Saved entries
______
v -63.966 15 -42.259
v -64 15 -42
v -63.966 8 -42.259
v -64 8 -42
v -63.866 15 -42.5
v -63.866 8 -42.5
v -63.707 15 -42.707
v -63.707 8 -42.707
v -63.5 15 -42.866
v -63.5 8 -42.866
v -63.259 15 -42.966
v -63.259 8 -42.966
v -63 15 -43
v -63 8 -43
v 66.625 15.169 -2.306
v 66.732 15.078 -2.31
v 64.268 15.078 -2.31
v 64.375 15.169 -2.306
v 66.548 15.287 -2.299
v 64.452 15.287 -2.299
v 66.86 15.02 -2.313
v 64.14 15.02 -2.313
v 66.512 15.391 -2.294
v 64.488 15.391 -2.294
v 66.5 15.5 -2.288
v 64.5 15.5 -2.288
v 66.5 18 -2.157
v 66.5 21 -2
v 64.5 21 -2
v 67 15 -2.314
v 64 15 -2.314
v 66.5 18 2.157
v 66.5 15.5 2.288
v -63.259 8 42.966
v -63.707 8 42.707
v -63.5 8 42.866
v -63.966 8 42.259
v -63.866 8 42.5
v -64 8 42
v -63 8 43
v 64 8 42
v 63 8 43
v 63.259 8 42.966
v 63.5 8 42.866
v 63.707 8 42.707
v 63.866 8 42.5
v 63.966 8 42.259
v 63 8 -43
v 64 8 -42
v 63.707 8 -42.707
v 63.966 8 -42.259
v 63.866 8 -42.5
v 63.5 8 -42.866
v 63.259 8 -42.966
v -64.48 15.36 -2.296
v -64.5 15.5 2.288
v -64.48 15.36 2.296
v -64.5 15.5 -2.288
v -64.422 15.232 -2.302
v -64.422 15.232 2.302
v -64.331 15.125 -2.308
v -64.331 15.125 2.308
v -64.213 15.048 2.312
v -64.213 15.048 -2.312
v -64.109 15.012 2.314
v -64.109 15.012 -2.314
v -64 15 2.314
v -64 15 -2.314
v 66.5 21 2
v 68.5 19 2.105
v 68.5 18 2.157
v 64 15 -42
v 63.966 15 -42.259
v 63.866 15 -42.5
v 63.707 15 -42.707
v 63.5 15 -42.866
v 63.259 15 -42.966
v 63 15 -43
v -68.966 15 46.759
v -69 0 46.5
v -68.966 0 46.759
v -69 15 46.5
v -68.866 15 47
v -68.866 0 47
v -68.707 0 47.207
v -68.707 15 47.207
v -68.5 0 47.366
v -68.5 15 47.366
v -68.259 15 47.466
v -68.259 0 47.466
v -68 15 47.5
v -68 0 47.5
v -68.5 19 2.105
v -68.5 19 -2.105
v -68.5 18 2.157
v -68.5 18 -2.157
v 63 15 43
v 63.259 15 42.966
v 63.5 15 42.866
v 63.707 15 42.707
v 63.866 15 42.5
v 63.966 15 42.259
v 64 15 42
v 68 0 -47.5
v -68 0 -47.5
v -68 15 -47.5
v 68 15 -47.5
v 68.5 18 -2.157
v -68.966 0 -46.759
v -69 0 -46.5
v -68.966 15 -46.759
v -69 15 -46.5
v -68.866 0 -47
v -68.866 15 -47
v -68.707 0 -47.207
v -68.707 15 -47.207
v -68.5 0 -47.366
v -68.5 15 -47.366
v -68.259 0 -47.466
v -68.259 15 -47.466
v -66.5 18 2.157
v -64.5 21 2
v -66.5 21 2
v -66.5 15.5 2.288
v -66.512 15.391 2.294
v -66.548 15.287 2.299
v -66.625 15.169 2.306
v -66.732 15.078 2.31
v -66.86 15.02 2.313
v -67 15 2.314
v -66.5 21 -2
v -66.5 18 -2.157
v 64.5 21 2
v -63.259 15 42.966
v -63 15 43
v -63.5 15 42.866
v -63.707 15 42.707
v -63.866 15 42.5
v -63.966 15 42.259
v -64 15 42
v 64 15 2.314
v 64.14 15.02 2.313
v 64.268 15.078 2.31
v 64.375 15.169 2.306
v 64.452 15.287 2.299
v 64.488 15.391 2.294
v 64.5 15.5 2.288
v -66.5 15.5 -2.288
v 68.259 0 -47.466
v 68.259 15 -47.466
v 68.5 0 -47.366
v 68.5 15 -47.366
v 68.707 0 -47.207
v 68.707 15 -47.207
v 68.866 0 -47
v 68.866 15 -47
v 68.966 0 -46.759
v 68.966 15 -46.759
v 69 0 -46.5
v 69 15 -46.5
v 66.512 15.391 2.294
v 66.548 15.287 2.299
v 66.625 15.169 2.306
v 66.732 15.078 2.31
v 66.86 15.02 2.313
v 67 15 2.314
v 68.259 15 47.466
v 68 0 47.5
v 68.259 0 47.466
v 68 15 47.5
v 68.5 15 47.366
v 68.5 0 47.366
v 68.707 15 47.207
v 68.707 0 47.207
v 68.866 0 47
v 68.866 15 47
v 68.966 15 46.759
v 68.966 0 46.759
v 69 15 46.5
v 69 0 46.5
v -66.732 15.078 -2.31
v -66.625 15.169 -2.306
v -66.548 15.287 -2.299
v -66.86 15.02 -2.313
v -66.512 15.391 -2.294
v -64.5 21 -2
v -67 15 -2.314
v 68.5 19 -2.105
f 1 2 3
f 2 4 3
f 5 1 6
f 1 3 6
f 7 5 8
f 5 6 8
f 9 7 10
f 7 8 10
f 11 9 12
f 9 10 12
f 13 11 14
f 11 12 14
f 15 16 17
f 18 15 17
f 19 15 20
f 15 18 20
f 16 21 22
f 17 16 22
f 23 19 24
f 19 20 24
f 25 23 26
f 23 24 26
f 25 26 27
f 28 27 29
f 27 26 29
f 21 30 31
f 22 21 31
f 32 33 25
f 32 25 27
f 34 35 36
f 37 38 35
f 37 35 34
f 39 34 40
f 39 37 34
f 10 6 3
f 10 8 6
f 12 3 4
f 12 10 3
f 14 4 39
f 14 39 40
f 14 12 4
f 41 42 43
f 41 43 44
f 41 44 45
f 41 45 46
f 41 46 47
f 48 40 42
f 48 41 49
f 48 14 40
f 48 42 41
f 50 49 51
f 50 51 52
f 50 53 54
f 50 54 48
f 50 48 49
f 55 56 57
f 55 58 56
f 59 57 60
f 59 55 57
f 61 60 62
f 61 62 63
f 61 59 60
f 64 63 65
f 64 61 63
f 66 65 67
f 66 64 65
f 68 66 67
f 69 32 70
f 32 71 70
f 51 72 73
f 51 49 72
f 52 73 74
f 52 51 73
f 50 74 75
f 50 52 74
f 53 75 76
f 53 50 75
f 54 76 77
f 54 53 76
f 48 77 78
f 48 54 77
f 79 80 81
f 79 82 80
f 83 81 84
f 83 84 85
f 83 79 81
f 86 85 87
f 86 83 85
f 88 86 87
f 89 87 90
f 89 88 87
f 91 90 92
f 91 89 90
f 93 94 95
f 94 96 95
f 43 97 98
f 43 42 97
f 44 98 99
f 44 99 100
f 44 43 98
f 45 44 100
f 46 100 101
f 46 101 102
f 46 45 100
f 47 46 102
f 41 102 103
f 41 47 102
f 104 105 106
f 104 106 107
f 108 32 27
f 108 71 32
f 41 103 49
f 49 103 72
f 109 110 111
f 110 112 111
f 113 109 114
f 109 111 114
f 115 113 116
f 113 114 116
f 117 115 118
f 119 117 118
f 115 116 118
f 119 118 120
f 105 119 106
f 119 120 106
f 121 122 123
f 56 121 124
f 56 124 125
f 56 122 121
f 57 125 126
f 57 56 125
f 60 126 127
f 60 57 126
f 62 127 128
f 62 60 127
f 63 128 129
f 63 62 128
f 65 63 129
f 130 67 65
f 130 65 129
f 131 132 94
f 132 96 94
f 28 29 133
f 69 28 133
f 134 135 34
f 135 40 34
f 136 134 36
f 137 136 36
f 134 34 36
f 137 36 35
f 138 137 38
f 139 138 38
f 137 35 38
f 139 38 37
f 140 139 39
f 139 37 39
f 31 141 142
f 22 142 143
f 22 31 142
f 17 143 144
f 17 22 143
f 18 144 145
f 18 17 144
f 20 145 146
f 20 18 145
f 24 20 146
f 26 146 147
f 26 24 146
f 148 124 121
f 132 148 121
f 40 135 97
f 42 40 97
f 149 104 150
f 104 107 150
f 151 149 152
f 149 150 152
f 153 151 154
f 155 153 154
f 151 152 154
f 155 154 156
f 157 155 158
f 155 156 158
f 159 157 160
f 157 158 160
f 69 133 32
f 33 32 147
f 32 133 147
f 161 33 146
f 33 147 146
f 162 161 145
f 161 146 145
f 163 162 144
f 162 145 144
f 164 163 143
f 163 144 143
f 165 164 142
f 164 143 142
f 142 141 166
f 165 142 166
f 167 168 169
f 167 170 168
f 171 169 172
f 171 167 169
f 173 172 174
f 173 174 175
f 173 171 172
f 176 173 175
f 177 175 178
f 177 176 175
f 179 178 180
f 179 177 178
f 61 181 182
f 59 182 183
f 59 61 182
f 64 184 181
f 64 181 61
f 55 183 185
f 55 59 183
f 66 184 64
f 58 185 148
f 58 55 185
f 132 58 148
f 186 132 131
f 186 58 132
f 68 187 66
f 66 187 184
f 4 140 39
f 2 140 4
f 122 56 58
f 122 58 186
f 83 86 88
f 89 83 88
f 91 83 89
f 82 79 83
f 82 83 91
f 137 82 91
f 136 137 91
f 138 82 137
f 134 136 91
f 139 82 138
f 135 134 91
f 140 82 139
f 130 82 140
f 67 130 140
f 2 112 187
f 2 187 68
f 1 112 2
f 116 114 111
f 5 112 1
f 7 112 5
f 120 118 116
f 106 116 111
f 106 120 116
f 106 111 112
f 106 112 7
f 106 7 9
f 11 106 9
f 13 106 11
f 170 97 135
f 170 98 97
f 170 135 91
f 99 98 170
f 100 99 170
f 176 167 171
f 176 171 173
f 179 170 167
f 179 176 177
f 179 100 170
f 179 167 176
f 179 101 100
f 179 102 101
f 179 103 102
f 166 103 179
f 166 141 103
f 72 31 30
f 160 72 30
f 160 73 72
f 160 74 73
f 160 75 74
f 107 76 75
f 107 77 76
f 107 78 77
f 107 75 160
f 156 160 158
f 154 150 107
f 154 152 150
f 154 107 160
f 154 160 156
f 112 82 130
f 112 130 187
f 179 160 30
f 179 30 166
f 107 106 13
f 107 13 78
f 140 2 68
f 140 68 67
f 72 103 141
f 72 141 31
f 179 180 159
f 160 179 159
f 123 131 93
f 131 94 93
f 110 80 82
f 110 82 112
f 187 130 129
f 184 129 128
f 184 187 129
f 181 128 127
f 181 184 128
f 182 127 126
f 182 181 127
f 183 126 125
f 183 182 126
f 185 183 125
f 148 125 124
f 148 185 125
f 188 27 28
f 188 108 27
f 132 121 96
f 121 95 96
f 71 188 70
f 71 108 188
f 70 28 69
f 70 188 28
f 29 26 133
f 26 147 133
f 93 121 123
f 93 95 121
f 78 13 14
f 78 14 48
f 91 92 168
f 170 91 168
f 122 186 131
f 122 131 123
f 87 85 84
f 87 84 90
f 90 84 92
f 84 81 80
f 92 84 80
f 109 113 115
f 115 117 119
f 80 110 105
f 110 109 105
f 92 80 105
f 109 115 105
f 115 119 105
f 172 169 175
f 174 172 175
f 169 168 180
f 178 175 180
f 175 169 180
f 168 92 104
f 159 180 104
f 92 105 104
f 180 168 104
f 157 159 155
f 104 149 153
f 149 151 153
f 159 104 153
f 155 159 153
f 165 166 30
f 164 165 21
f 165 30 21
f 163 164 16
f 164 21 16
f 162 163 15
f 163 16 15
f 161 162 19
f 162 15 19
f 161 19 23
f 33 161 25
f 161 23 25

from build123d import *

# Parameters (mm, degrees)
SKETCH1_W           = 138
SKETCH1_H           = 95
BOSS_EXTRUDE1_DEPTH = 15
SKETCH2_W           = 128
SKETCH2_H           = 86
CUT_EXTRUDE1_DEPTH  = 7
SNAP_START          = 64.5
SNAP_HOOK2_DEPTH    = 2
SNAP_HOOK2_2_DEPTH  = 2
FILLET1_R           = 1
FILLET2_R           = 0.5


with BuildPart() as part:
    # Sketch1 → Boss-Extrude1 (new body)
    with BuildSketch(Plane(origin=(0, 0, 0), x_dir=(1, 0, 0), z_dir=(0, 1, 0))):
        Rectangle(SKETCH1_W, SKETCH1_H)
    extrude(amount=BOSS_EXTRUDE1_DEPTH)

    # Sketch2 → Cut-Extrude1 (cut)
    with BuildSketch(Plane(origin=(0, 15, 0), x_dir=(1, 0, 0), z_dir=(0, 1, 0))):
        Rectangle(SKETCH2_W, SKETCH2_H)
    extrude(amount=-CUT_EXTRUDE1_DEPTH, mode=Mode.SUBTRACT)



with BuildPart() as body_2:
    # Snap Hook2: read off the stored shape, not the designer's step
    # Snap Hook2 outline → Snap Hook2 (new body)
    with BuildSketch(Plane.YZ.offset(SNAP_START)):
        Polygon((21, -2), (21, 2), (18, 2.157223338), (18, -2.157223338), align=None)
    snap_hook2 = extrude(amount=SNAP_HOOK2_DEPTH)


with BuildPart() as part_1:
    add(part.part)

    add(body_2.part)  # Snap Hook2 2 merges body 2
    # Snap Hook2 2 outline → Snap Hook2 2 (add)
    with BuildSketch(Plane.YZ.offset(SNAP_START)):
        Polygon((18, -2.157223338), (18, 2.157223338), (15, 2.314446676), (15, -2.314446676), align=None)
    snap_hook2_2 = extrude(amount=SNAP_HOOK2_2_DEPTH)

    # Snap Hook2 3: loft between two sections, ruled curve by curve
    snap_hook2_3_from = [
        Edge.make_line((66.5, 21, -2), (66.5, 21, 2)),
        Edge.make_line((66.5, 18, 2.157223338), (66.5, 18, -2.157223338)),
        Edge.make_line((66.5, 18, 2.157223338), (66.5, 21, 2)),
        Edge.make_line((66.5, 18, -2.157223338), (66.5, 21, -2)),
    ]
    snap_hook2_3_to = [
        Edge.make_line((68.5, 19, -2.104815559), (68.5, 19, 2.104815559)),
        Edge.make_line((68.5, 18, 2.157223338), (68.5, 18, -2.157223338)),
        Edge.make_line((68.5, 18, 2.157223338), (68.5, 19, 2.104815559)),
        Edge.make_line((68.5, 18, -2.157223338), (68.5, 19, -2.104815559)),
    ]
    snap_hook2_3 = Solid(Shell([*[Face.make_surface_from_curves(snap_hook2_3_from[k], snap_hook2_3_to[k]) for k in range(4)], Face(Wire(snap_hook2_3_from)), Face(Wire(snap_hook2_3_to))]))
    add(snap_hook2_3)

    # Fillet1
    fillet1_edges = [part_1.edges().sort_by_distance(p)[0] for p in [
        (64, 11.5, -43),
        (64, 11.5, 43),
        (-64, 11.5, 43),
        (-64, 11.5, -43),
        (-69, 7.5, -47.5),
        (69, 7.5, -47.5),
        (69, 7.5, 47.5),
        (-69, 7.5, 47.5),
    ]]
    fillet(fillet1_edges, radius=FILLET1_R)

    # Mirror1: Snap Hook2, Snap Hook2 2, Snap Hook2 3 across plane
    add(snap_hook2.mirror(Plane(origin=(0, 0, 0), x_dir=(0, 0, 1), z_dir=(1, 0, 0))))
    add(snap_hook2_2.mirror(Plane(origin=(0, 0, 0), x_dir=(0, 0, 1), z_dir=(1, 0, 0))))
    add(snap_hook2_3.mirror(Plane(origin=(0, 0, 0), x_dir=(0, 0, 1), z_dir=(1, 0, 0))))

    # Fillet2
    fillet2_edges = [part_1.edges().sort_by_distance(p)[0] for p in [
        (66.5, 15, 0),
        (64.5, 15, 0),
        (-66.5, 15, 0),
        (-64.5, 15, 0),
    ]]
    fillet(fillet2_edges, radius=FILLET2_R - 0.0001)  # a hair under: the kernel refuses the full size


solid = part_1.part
______
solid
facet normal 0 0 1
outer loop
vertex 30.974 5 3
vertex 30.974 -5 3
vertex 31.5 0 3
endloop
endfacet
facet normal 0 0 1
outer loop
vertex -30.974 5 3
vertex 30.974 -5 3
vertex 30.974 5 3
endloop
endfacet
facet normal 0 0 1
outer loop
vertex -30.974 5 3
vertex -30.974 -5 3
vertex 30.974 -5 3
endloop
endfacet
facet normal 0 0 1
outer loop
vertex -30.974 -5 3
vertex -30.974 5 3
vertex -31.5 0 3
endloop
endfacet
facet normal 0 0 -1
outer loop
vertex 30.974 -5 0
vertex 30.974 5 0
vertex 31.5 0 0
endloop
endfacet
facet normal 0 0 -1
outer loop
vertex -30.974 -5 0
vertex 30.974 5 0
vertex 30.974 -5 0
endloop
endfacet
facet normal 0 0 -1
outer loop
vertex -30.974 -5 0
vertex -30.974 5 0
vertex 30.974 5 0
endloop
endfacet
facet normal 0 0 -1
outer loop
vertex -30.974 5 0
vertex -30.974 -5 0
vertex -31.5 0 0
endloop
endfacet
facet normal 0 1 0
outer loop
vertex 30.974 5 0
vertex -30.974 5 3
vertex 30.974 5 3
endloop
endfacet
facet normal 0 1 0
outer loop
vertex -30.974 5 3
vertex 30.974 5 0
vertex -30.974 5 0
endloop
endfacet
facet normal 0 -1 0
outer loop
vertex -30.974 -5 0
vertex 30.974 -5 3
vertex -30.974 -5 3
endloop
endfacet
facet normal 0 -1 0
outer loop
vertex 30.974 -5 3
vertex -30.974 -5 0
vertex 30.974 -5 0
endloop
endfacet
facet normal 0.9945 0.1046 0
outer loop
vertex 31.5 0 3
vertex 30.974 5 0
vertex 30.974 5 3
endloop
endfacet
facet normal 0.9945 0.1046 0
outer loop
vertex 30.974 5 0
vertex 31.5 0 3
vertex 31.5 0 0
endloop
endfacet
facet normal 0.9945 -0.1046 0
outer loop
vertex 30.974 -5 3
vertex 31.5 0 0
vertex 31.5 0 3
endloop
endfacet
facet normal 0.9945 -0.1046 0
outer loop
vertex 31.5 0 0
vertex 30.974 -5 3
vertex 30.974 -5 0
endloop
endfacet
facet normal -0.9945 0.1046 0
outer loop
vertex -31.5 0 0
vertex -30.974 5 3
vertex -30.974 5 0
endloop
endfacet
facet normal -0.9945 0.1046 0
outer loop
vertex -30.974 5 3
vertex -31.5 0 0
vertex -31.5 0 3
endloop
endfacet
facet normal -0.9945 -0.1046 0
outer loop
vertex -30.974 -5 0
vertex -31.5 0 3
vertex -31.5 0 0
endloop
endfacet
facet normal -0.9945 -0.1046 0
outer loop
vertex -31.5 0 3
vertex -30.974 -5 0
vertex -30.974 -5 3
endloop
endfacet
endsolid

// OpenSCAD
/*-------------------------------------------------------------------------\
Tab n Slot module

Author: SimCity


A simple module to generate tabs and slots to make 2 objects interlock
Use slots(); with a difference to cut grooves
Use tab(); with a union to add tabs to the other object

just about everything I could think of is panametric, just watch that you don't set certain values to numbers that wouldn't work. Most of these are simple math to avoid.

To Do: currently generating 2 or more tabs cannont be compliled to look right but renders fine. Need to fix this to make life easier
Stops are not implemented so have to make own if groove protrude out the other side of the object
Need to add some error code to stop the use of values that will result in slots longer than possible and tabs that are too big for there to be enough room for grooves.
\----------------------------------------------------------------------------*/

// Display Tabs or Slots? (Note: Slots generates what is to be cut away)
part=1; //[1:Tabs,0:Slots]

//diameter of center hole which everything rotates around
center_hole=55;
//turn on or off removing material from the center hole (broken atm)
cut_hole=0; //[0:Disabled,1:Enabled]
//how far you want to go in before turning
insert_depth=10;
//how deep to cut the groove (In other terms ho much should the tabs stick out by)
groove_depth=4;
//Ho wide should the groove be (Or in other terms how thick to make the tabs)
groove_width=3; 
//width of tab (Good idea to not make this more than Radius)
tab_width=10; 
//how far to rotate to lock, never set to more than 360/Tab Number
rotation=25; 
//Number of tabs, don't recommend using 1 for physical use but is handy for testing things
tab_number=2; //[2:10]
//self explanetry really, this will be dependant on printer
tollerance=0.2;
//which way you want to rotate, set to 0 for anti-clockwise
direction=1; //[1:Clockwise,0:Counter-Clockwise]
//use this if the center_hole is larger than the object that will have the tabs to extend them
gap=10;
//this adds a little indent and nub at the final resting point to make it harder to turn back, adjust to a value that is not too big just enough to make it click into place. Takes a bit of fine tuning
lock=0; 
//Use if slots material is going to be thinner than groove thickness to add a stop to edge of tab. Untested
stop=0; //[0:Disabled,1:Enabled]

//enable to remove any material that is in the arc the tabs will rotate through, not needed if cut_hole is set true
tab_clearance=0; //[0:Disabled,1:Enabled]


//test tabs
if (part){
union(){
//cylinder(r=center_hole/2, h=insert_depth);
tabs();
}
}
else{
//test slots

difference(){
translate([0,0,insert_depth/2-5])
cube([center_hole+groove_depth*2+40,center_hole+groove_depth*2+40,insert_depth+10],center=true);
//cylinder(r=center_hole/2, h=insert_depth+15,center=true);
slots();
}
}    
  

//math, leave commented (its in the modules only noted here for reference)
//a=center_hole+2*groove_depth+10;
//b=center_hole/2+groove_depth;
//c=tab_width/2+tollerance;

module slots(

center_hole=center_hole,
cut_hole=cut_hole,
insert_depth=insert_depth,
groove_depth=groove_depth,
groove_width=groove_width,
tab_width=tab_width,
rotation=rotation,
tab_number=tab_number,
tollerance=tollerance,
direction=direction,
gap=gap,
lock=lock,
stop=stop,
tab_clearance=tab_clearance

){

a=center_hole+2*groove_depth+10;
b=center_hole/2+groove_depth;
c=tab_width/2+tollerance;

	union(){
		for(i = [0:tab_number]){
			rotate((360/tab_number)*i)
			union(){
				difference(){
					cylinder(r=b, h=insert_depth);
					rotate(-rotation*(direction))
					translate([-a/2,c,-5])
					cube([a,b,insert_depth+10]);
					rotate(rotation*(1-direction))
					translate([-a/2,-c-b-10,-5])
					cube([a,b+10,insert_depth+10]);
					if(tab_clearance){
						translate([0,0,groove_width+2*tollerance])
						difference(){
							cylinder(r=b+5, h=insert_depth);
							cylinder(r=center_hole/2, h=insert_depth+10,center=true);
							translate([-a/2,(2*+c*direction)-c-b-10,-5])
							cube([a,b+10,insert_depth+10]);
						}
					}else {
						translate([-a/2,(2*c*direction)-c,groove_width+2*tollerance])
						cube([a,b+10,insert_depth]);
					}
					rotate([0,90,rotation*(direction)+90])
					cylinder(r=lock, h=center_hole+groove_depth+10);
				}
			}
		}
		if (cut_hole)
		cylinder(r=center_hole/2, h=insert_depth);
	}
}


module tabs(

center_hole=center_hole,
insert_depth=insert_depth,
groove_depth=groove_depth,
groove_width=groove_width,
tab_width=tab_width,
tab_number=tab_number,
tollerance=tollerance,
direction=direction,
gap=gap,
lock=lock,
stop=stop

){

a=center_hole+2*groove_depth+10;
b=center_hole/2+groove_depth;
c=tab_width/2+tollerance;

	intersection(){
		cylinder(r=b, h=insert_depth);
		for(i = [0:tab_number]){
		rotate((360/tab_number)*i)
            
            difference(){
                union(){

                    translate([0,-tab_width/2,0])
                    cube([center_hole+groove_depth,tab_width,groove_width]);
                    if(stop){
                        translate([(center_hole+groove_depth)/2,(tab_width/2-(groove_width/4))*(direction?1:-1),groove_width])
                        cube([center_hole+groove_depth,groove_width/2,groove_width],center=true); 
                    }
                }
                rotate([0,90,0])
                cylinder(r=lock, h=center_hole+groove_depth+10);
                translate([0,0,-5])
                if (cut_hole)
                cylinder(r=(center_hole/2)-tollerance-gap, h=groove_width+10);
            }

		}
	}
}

______
- PROBLEM TO SOLVE -
Lines to set down from above: the line with "v -63.966 15 -42.259", the line with "v -64.48 15.36 -2.296", and every line between, each exactly as written.

- YOUR SOLUTION -
v -63.966 15 -42.259
v -64 15 -42
v -63.966 8 -42.259
v -64 8 -42
v -63.866 15 -42.5
v -63.866 8 -42.5
v -63.707 15 -42.707
v -63.707 8 -42.707
v -63.5 15 -42.866
v -63.5 8 -42.866
v -63.259 15 -42.966
v -63.259 8 -42.966
v -63 15 -43
v -63 8 -43
v 66.625 15.169 -2.306
v 66.732 15.078 -2.31
v 64.268 15.078 -2.31
v 64.375 15.169 -2.306
v 66.548 15.287 -2.299
v 64.452 15.287 -2.299
v 66.86 15.02 -2.313
v 64.14 15.02 -2.313
v 66.512 15.391 -2.294
v 64.488 15.391 -2.294
v 66.5 15.5 -2.288
v 64.5 15.5 -2.288
v 66.5 18 -2.157
v 66.5 21 -2
v 64.5 21 -2
v 67 15 -2.314
v 64 15 -2.314
v 66.5 18 2.157
v 66.5 15.5 2.288
v -63.259 8 42.966
v -63.707 8 42.707
v -63.5 8 42.866
v -63.966 8 42.259
v -63.866 8 42.5
v -64 8 42
v -63 8 43
v 64 8 42
v 63 8 43
v 63.259 8 42.966
v 63.5 8 42.866
v 63.707 8 42.707
v 63.866 8 42.5
v 63.966 8 42.259
v 63 8 -43
v 64 8 -42
v 63.707 8 -42.707
v 63.966 8 -42.259
v 63.866 8 -42.5
v 63.5 8 -42.866
v 63.259 8 -42.966
v -64.48 15.36 -2.296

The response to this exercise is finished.